Repeat precisely the span of lines below that opens with the line containing "2.1267873604), (-5.4162036647, 1.2539537409))" and closes with the line containing "FreeCAD Python script", both included.
Segment Start: Exercise inputs
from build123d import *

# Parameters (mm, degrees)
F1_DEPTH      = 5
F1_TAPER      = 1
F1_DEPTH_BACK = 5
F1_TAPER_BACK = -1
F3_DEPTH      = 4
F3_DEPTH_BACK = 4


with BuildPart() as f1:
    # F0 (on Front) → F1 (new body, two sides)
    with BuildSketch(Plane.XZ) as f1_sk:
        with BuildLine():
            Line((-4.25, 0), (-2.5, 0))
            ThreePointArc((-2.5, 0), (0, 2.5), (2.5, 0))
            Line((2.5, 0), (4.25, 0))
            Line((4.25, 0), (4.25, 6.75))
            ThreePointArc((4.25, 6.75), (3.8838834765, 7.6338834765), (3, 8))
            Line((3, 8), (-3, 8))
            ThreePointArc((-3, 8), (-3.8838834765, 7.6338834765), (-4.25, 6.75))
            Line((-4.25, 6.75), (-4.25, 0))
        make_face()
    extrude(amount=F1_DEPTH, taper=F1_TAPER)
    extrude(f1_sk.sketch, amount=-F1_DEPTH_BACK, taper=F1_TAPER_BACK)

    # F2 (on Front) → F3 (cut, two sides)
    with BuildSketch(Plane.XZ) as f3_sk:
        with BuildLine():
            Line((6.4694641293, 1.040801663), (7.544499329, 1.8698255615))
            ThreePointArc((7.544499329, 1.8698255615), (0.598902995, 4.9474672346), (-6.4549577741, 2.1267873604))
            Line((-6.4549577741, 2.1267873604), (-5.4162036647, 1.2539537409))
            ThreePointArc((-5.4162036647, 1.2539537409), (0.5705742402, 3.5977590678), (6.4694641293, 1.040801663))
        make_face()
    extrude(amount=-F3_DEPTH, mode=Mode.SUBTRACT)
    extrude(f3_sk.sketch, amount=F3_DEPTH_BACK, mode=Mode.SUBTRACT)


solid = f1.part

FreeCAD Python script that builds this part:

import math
import FreeCAD as App
import Part
import Sketcher
Q = App.Units.Quantity

doc = App.newDocument("Part")
body = doc.addObject("PartDesign::Body", "Body")

sketch1 = doc.addObject("Sketcher::SketchObject", "Sketch")
body.addObject(sketch1)
sketch1.AttachmentSupport = (doc.XZ_Plane, [""])
sketch1.MapMode = "FlatFace"
sketch1.addGeometry(Part.LineSegment(App.Vector(-4.2, 0, 0), App.Vector(-2.5, 0, 0)), False)
sketch1.addGeometry(Part.ArcOfCircle(Part.Circle(App.Vector(0, 0, 0), App.Vector(0, 0, 1), 2.5), math.radians(0), math.radians(180)), False)
sketch1.addGeometry(Part.LineSegment(App.Vector(2.5, 0, 0), App.Vector(4.2, 0, 0)), False)
sketch1.addGeometry(Part.LineSegment(App.Vector(4.2, 0, 0), App.Vector(4.2, 6.8, 0)), False)
sketch1.addGeometry(Part.ArcOfCircle(Part.Circle(App.Vector(3, 6.8, 0), App.Vector(0, 0, 1), 1.2), math.radians(0), math.radians(90)), False)
sketch1.addGeometry(Part.LineSegment(App.Vector(3, 8, 0), App.Vector(-3, 8, 0)), False)
sketch1.addGeometry(Part.ArcOfCircle(Part.Circle(App.Vector(-3, 6.8, 0), App.Vector(0, 0, 1), 1.2), math.radians(90), math.radians(180)), False)
sketch1.addGeometry(Part.LineSegment(App.Vector(-4.2, 6.8, 0), App.Vector(-4.2, 0, 0)), False)
sketch1.addConstraint(Sketcher.Constraint("Coincident", 0, 2, 1, 2))
sketch1.addConstraint(Sketcher.Constraint("Coincident", 1, 1, 2, 1))
sketch1.addConstraint(Sketcher.Constraint("Coincident", 2, 2, 3, 1))
sketch1.addConstraint(Sketcher.Constraint("Tangent", 3, 2, 4, 1))
sketch1.addConstraint(Sketcher.Constraint("Tangent", 4, 2, 5, 1))
sketch1.addConstraint(Sketcher.Constraint("Tangent", 5, 2, 6, 1))
sketch1.addConstraint(Sketcher.Constraint("Tangent", 6, 2, 7, 1))
sketch1.addConstraint(Sketcher.Constraint("Coincident", 7, 2, 0, 1))
sketch1.addConstraint(Sketcher.Constraint("Horizontal", 0))
sketch1.addConstraint(Sketcher.Constraint("Horizontal", 2))
sketch1.addConstraint(Sketcher.Constraint("Vertical", 3))
sketch1.addConstraint(Sketcher.Constraint("Horizontal", 5))
sketch1.addConstraint(Sketcher.Constraint("Vertical", 7))
sketch1.addConstraint(Sketcher.Constraint("Coincident", 1, 3, -1, 1))
sketch1.addConstraint(Sketcher.Constraint("Equal", 4, 6))
sketch1.addConstraint(Sketcher.Constraint("Symmetric", 2, 2, 7, 2, -1, 1))
sketch1.addConstraint(Sketcher.Constraint("PointOnObject", 0, 2, -1))
sketch1.addConstraint(Sketcher.Constraint("Radius", 1, Q("2.5 mm")))
sketch1.addConstraint(Sketcher.Constraint("DistanceX", 5, 2, 5, 1, Q("6 mm")))
sketch1.addConstraint(Sketcher.Constraint("Radius", 4, Q("1.25 mm")))
sketch1.addConstraint(Sketcher.Constraint("DistanceY", -1, 1, 4, 2, Q("8 mm")))
pad1 = doc.addObject("PartDesign::Pad", "Pad")
body.addObject(pad1)
pad1.Profile = sketch1
pad1.Length = 5
pad1.TaperAngle = -1
pad2 = doc.addObject("PartDesign::Pad", "Pad001")
body.addObject(pad2)
pad2.Profile = sketch1
pad2.Length = 5
pad2.Reversed = True
pad2.TaperAngle = 1

sketch2 = doc.addObject("Sketcher::SketchObject", "Sketch001")
body.addObject(sketch2)
sketch2.AttachmentSupport = (doc.XZ_Plane, [""])
sketch2.MapMode = "FlatFace"
sketch2.addGeometry(Part.LineSegment(App.Vector(6.5, 1, 0), App.Vector(7.5, 1.9, 0)), False)
sketch2.addGeometry(Part.ArcOfCircle(Part.Circle(App.Vector(0.4, -4.8, 0), App.Vector(0, 0, 1), 9.8), math.radians(43), math.radians(135)), False)
sketch2.addGeometry(Part.LineSegment(App.Vector(-6.5, 2.1, 0), App.Vector(-5.4, 1.3, 0)), False)
sketch2.addGeometry(Part.ArcOfCircle(Part.Circle(App.Vector(0.4, -4.8, 0), App.Vector(0, 0, 1), 8.4), math.radians(44), math.radians(134)), False)
sketch2.addConstraint(Sketcher.Constraint("Coincident", 0, 2, 1, 1))
sketch2.addConstraint(Sketcher.Constraint("Coincident", 1, 2, 2, 1))
sketch2.addConstraint(Sketcher.Constraint("Coincident", 2, 2, 3, 2))
sketch2.addConstraint(Sketcher.Constraint("Coincident", 3, 1, 0, 1))
sketch2.addConstraint(Sketcher.Constraint("Coincident", 3, 3, 1, 3))
sketch2.addConstraint(Sketcher.Constraint("Radius", 1, Q("9.783032 mm")))
sketch2.addConstraint(Sketcher.Constraint("Radius", 3, Q("8.433032 mm")))
sketch2.addConstraint(Sketcher.Constraint("DistanceX", -1, 1, 0, 2, Q("7.544499 mm")))
sketch2.addConstraint(Sketcher.Constraint("DistanceY", -1, 1, 3, 1, Q("1.040802 mm")))
sketch2.addConstraint(Sketcher.Constraint("DistanceX", 1, 3, 3, 1, Q("6.0501 mm")))
sketch2.addConstraint(Sketcher.Constraint("Distance", 2, Q("1.356779 mm")))
sketch2.addConstraint(Sketcher.Constraint("DistanceY", 0, 2, 1, 2, Q("0.256962 mm")))
sketch2.addConstraint(Sketcher.Constraint("DistanceX", 2, 2, 1, 3, Q("5.835568 mm")))
pocket1 = doc.addObject("PartDesign::Pocket", "Pocket")
body.addObject(pocket1)
pocket1.Profile = sketch2
pocket1.Type = "TwoLengths"
pocket1.Length = 4
pocket1.Length2 = 4

doc.recompute()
Segment End: Exercise inputs
Worked solution =
            Line((-6.4549577741, 2.1267873604), (-5.4162036647, 1.2539537409))
            ThreePointArc((-5.4162036647, 1.2539537409), (0.5705742402, 3.5977590678), (6.4694641293, 1.040801663))
        make_face()
    extrude(amount=-F3_DEPTH, mode=Mode.SUBTRACT)
    extrude(f3_sk.sketch, amount=F3_DEPTH_BACK, mode=Mode.SUBTRACT)


solid = f1.part

FreeCAD Python script that builds this part:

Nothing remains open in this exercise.